Les consulats sont invités à faire une sélection également en matière de délivrance des visas de court séjour, voire à ne pas en délivrer du tout « lorsqu'il existe un risque migratoire ». En outre, dans les postes les plus sensibles, il leur est demandé d'exiger des bénéficiaires de visas une « déclaration de retour à l'issue de leur visite en France » . Les ambassadeurs devront rendre des comptes sur l'adéquation entre le nombre de visas accordés et « les retours constatés vérifiés ». L'idée étant que les consulats ajustent ensuite le nombre de visas de tourisme délivrés dans ces pays au respect de la formalité de déclaration de retour.
Signalons que, sans surprise, Nicolas Sarkozy a de nouveau affirmé son intention de donner un tour de vis en matière de regroupement familial. Sans avancer toutefois de mesures concrètes. Tout juste a-t-il demandé aux autorités d'être plus attentives aux conditions de logement et de ressources exigées pour un regroupement familial et de s'assurer que l'étranger qui le sollicite « s'engage à prendre en charge tous les besoins de sa famille pendant une durée à déterminer » .
Le ministre souhaite davantage de clarté concernant les chiffres de l'immigration. C'est pourquoi il a demandé aux préfectures de se doter rapidement de l'application AGDREF II, « un outil performant pour la gestion des titres de séjour », capable de fournir des « statistiques fiables ». De la même façon, il souhaite que le réseau consulaire dispose d'un tableau de bord « permettant, en temps réel, de mesurer, pour chaque pays d'origine, le nombre des demandes de visa, celui des visas accordés et, à terme, celui des retours des personnes ayant bénéficié d'un visa ». Nicolas Sarkozy a encore annoncé qu'une mission interministérielle mènerait, dès septembre, une réflexion pour évaluer les capacités d'accueil de la France et ses besoins. Ses conclusions sont attendues pour mars 2006. Pour sa part, le ministre présentera à l'automne, au Parlement, un rapport sur la politique de l'immigration.

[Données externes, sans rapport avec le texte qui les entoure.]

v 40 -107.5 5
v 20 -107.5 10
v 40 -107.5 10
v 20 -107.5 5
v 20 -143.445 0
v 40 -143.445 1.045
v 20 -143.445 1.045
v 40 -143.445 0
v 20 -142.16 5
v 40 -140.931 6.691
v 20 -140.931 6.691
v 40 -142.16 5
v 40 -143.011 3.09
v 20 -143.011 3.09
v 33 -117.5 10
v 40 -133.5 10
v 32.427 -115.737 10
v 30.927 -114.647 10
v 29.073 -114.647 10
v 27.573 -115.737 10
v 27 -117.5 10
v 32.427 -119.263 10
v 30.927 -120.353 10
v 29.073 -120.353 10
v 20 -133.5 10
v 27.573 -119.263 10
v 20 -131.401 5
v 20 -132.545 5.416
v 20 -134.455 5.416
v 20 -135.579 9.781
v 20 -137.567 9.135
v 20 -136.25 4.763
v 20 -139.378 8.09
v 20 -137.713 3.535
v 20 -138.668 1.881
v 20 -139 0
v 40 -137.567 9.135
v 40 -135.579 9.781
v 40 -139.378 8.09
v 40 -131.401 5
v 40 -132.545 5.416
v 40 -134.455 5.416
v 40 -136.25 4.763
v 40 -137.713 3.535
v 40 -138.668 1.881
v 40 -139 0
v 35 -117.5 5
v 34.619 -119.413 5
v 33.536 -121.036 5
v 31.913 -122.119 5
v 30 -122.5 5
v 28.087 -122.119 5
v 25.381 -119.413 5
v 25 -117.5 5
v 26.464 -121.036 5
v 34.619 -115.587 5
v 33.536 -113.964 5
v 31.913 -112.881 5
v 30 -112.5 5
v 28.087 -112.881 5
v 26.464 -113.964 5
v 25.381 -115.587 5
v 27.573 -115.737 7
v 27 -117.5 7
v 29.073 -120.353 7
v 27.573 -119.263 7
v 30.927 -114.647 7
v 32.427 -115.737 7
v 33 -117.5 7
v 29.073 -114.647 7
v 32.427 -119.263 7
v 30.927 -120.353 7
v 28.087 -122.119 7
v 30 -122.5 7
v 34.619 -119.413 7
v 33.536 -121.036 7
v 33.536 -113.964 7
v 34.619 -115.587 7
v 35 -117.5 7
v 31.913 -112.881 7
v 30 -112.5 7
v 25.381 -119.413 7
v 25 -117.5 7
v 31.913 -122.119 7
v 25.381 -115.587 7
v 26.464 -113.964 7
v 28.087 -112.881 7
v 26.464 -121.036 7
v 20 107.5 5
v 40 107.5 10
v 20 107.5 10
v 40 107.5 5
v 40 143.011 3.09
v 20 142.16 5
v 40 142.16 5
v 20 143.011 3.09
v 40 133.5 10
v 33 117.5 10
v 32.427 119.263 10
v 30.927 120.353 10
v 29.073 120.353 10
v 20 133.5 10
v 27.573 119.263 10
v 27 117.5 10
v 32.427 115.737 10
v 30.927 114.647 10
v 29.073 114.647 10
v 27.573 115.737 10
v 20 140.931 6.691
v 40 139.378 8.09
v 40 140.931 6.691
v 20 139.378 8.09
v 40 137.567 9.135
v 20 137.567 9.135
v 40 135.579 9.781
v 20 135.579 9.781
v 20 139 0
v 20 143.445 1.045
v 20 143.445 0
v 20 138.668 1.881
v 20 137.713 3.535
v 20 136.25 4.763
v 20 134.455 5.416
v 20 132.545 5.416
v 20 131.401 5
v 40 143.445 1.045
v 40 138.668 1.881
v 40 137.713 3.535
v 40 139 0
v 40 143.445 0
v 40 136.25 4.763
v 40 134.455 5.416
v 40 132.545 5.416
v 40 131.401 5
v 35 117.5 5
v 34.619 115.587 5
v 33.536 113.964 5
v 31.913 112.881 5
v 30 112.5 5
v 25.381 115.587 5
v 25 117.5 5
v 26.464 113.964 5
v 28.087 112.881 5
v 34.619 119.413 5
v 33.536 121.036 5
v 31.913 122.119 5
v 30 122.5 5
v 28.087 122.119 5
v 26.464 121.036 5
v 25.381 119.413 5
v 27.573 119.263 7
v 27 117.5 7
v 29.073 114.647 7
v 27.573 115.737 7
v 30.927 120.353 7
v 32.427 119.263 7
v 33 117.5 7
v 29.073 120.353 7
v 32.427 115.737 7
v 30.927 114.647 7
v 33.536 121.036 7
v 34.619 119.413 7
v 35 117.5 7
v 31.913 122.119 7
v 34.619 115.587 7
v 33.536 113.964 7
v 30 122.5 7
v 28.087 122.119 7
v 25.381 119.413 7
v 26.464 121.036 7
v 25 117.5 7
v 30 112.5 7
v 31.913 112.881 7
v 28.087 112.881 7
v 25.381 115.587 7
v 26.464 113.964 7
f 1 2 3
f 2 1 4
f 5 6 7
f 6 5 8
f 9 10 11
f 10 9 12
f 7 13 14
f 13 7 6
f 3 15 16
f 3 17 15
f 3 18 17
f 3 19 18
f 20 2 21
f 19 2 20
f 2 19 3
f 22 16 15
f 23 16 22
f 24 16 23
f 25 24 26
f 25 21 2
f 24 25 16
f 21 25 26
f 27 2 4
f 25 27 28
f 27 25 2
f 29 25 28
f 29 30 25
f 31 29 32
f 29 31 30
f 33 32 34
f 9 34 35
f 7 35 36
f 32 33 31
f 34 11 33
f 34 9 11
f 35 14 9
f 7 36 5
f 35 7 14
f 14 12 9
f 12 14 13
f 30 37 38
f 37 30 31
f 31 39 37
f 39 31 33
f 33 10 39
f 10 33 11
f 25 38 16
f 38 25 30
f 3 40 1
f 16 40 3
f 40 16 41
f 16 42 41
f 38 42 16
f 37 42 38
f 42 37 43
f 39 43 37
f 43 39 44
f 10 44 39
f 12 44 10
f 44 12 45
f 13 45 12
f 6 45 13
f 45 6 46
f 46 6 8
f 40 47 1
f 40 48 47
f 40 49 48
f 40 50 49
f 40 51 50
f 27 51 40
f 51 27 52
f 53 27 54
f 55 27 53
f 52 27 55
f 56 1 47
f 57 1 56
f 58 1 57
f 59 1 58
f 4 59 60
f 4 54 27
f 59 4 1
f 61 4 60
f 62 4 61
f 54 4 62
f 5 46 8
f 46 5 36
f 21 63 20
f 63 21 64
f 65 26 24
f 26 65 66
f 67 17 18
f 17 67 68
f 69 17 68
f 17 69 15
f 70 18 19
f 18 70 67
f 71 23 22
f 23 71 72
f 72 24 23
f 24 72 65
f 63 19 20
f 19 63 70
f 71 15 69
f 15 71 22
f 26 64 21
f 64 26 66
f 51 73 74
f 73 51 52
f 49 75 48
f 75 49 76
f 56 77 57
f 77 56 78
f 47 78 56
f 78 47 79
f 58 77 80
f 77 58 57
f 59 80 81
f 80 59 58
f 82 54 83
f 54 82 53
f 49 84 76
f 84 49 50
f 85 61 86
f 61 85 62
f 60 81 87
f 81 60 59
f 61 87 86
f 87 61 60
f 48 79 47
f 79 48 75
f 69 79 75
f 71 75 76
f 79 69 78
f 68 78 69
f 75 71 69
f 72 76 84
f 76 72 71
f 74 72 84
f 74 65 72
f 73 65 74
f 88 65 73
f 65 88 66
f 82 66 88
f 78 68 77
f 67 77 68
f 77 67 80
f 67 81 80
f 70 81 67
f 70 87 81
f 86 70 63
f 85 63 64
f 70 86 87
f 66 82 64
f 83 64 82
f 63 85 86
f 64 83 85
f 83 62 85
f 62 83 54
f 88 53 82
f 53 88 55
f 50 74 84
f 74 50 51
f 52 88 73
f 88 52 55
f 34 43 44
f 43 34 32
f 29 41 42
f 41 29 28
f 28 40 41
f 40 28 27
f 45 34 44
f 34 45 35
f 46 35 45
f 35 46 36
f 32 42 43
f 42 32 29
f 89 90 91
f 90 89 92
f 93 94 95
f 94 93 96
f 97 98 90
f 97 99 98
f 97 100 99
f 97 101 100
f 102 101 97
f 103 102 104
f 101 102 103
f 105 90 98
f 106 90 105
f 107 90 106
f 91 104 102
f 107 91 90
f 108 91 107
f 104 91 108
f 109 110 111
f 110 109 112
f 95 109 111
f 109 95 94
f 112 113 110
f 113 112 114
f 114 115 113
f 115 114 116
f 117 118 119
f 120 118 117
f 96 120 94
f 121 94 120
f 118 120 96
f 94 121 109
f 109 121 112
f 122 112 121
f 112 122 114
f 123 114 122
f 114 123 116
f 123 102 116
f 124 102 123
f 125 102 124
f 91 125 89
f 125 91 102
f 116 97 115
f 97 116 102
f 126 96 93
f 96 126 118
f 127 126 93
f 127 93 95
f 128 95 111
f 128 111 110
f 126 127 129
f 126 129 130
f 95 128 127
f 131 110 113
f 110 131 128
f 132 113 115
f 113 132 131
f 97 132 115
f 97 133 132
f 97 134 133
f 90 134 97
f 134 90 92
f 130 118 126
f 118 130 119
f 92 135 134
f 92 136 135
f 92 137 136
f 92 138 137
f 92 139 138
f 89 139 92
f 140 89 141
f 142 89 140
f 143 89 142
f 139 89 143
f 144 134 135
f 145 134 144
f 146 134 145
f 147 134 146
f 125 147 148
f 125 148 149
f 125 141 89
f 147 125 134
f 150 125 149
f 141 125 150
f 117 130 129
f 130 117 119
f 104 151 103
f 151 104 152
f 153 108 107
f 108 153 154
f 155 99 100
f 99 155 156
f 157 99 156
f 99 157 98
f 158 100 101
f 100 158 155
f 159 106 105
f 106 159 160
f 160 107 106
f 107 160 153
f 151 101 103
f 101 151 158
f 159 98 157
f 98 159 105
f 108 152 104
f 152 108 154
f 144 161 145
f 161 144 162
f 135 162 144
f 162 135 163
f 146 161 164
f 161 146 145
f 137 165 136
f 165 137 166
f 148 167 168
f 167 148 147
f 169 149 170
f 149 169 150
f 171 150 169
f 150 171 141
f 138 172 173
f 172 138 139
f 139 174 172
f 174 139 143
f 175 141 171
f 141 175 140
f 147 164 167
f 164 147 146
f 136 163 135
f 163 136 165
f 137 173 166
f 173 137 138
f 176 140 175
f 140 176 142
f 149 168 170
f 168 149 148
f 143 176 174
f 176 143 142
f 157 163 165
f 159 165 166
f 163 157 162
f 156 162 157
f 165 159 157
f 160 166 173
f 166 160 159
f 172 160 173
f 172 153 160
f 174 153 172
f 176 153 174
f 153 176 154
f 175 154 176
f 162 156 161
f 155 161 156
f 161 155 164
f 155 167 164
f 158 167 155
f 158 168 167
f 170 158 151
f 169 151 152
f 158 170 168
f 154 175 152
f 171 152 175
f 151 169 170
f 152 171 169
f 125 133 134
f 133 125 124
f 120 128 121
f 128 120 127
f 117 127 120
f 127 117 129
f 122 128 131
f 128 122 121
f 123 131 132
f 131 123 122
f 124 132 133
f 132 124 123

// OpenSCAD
include <vitamine.scad>

module link_deck(){
    difference(){
        cube([75,20,20],center=true);
        cube([18,100,10],center=true);
        translate([64.1/2,0,0])rotate([90,0,0]) cylinder(d=4,h=100,center=true);
        translate([-64.1/2,0,0])rotate([90,0,0]) cylinder(d=4,h=100,center=true);
        translate([-64.1/2,5,0])rotate([90,0,0]) cylinder(d=9,h=20,center=true);
        translate([64.1/2,5,0])rotate([90,0,0]) cylinder(d=9,h=20,center=true);
        rotate([0,0,90]) cylinder(d=11,h=100,center=true);
    }
}

module link_profile(){
    for(i = [-1,1]){
        difference(){
            hull(){
                translate([30,i*(255/2-10),0])cube([20,20,20],center=true);
                translate([30,i*(287/2-10),0])rotate([0,90,0])cylinder(d=20,h=20,center=true);
            }
            translate([30,i*(255/2-10),-5])cube([21,30,20],center=true);
            translate([30,i*(255/2-10),-10])cube([21,100,20],center=true);
            translate([30,i*(255/2-10),0])cylinder(d=6,h=30,center=true);
            translate([30,i*(255/2-10),0])cylinder(d=10,h=20-2*3,center=true);
            color("red",0.5)translate([0,i*(287/2-10),0]) rotate([0,90,0]) rotate([0,0,90]) cylinder(d=11,h=1000,center=true);
        }
        
    }
}
module full_view(){
   for(i = [-1,1]){
    translate([0,i*(287/2-10),0]) rotate([0,90,0])link_deck();
    translate([20,i*(255/2-10),22])rotate([0,90,0])profile(295);
    color("red",0.5)translate([0,i*(287/2-10),0]) rotate([0,90,0]) rotate([0,0,90]) cylinder(d=13,h=1000,center=true);
    }
    link_profile();
} 
link_profile();
//full_view();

Le ministre de l'Intérieur a également annoncé qu'il allait réformer le contrat d'accueil et d'intégration. Il s'agira notamment de faire du respect du contrat « la condition nécessaire de l'installation durable en France » mais aussi d' « enrichir le contenu des formations qui s'y rattachent ». « Une journée d'éducation civique, à laquelle peut s'ajouter une journée consacrée à la connaissance des services publics, c'est évidemment insuffisant », a-t-il affirmé. Il souhaite ainsi que l'apprentissage soit « prévu sur plusieurs journées , quitte à l'étaler dans le temps, en privilégiant la transmission de nos valeurs fondamentales - tout particulièrement l'égalité entre les hommes et les femmes ». Le ministre entend également « renforcer les exigences sur le plan linguistique » . Pour lui, en effet, « l'obligation d'apprentissage de la langue française [...] doit aussi porter sur la maîtrise de l'écrit ». Il demande en outre que le suivi des formations prévues par le contrat - instruction civique, pratique du français - fasse l'objet d'un test et soit récompensé par la délivrance d'un diplôme « qui pourrait constituer un premier passeport pour l'insertion dans la vie sociale et professionnelle ».